- What this task involves:
Among the records that follow, set down only the lines from the one containing "#350=CARTESIAN_POINT('',(-50.8,-25.4,76.2));" to the one containing "#361=LINE('',#99,#65);", both included, exactly.

- Supplied records:

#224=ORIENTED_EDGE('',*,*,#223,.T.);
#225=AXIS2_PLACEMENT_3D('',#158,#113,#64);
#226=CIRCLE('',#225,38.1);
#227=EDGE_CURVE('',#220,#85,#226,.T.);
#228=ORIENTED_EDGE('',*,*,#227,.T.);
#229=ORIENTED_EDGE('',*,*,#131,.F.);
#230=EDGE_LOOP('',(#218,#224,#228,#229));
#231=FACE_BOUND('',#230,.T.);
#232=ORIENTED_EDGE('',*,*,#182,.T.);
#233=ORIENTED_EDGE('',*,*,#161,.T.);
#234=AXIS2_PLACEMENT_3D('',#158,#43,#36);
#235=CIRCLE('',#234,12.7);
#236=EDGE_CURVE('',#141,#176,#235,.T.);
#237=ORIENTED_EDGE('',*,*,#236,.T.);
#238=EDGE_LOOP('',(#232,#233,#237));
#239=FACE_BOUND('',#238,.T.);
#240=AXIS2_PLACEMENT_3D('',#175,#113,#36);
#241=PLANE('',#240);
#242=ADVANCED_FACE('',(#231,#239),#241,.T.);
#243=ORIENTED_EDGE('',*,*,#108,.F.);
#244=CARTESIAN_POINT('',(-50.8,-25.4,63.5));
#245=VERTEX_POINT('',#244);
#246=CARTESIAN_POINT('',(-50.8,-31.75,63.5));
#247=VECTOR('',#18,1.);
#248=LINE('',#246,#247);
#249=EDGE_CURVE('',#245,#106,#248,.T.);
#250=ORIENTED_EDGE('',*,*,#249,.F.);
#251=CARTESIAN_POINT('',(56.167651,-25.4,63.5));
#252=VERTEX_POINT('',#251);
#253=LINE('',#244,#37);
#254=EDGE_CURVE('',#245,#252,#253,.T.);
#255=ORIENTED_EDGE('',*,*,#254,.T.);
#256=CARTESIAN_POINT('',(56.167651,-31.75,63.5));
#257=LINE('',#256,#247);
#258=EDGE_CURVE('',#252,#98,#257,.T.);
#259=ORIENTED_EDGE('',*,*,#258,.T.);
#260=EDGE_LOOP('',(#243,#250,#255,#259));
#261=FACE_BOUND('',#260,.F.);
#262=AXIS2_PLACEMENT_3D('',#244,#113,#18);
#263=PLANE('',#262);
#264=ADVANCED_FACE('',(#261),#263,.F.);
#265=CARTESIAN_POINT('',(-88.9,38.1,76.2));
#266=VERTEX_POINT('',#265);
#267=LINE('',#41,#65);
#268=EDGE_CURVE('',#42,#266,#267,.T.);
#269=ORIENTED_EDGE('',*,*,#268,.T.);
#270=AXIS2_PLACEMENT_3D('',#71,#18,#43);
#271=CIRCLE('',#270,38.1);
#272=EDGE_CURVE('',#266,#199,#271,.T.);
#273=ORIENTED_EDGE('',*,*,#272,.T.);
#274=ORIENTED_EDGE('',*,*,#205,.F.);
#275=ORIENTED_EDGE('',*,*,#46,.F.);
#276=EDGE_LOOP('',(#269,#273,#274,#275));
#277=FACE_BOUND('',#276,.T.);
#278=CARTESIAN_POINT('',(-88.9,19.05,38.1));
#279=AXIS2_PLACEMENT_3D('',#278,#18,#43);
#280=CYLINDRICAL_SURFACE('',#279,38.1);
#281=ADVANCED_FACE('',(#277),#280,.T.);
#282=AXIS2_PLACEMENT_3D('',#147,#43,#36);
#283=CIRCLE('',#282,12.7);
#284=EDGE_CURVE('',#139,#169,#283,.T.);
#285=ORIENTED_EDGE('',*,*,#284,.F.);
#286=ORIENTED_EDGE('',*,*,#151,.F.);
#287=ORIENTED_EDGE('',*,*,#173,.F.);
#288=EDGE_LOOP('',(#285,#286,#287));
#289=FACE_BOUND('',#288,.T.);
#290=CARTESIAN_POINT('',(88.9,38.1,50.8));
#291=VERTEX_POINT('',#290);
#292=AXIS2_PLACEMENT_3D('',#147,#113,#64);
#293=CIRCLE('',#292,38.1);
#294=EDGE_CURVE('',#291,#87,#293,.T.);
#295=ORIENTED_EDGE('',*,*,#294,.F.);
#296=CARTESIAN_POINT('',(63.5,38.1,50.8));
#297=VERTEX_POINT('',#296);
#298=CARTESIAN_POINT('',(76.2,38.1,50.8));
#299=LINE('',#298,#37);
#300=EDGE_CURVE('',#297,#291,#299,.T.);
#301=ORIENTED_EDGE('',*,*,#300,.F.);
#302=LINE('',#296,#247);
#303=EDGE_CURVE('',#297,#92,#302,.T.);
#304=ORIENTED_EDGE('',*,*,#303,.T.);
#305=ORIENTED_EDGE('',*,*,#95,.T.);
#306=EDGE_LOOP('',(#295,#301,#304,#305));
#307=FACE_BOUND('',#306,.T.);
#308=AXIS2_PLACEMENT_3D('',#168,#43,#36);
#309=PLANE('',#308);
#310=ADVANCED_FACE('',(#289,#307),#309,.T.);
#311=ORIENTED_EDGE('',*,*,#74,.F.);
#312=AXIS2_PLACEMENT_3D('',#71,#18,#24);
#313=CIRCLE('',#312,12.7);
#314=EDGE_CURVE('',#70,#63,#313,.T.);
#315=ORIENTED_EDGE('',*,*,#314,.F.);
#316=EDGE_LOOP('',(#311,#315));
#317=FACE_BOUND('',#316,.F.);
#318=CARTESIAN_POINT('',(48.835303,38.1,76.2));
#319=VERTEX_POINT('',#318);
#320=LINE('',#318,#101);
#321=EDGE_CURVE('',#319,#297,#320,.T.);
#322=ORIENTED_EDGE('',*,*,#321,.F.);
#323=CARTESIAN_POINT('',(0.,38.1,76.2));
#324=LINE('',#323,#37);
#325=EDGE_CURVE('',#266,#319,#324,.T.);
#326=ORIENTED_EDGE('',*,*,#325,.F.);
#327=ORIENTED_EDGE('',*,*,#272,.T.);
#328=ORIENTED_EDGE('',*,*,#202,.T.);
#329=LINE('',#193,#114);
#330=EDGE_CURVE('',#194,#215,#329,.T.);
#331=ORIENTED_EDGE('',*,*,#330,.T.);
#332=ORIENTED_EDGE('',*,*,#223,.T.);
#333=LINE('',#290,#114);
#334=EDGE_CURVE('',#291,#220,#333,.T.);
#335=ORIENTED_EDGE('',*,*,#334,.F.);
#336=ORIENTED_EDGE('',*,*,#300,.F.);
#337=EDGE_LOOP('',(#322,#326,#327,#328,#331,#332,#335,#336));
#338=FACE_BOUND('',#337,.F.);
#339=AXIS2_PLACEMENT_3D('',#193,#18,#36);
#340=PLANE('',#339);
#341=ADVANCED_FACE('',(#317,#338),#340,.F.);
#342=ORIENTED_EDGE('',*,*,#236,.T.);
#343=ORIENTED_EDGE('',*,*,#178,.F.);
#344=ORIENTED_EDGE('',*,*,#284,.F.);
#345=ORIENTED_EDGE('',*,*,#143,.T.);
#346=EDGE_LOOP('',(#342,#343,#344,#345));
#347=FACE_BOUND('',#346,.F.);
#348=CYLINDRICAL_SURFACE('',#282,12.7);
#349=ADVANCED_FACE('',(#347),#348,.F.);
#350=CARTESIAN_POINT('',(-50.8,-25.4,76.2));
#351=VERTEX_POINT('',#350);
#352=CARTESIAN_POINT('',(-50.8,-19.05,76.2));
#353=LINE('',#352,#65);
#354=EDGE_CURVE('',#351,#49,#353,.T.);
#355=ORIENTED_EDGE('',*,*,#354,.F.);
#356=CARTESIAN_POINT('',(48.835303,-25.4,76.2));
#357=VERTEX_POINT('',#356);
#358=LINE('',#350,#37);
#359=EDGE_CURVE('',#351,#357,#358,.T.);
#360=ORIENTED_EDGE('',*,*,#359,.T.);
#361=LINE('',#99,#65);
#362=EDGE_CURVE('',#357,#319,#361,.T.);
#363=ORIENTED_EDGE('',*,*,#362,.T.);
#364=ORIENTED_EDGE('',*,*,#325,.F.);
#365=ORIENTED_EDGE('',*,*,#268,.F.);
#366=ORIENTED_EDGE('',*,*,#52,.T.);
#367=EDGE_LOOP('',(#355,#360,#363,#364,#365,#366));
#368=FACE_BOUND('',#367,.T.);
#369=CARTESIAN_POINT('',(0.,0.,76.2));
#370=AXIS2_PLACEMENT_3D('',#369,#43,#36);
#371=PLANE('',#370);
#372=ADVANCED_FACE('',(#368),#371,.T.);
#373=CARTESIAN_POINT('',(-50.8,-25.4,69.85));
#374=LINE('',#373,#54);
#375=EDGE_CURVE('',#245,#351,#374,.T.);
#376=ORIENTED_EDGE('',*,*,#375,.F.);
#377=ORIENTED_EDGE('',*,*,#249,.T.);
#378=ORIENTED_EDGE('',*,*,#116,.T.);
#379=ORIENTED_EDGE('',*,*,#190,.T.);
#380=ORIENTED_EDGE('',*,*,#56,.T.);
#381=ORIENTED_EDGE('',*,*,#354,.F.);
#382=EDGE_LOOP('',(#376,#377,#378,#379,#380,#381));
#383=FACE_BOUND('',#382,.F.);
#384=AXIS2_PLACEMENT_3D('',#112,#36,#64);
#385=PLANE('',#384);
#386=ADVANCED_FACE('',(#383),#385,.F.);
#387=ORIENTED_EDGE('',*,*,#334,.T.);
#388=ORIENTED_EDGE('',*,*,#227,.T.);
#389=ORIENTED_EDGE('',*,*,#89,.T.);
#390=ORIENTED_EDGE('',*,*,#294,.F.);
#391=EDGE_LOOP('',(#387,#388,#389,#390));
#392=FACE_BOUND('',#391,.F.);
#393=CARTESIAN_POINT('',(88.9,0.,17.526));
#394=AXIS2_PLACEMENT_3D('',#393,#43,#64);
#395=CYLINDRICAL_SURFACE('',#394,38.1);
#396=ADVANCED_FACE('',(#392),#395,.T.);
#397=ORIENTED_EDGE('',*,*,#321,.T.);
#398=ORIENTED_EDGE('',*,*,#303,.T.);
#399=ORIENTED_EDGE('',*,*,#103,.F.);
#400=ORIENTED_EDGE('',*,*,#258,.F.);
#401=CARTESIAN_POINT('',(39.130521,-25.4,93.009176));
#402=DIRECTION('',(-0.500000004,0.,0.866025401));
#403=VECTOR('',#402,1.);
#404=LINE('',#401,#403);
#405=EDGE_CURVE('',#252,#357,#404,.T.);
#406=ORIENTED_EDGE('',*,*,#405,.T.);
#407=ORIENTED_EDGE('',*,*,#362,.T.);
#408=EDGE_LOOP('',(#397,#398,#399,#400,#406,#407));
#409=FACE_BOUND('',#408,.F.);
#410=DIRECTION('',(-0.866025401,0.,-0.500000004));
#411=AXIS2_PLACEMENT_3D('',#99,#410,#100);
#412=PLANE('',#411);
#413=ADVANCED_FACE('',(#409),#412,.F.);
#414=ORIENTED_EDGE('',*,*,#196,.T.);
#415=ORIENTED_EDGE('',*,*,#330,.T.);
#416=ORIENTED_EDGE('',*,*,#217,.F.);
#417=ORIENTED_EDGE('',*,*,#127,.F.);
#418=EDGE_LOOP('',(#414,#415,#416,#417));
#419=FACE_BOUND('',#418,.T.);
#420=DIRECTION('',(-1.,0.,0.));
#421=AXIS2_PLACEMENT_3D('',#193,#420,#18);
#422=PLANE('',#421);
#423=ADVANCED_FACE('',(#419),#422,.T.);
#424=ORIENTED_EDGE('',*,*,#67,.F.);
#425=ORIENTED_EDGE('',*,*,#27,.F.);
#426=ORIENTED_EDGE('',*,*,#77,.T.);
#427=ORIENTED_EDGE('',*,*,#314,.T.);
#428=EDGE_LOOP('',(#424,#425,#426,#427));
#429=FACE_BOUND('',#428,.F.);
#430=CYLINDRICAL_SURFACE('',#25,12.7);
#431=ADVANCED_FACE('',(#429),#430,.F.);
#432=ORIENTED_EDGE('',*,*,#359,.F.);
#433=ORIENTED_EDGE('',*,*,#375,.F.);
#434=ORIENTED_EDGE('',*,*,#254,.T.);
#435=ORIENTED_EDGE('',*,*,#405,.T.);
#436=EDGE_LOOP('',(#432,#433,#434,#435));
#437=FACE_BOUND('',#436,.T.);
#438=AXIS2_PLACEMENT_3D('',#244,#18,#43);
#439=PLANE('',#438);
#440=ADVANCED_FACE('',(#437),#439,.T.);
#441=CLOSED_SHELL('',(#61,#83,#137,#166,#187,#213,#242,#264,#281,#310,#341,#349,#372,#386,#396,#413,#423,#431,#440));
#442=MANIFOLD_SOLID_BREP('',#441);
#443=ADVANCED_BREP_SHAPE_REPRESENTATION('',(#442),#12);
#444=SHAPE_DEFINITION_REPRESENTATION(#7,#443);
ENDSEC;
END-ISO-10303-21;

- Written response:
#350=CARTESIAN_POINT('',(-50.8,-25.4,76.2));
#351=VERTEX_POINT('',#350);
#352=CARTESIAN_POINT('',(-50.8,-19.05,76.2));
#353=LINE('',#352,#65);
#354=EDGE_CURVE('',#351,#49,#353,.T.);
#355=ORIENTED_EDGE('',*,*,#354,.F.);
#356=CARTESIAN_POINT('',(48.835303,-25.4,76.2));
#357=VERTEX_POINT('',#356);
#358=LINE('',#350,#37);
#359=EDGE_CURVE('',#351,#357,#358,.T.);
#360=ORIENTED_EDGE('',*,*,#359,.T.);
#361=LINE('',#99,#65);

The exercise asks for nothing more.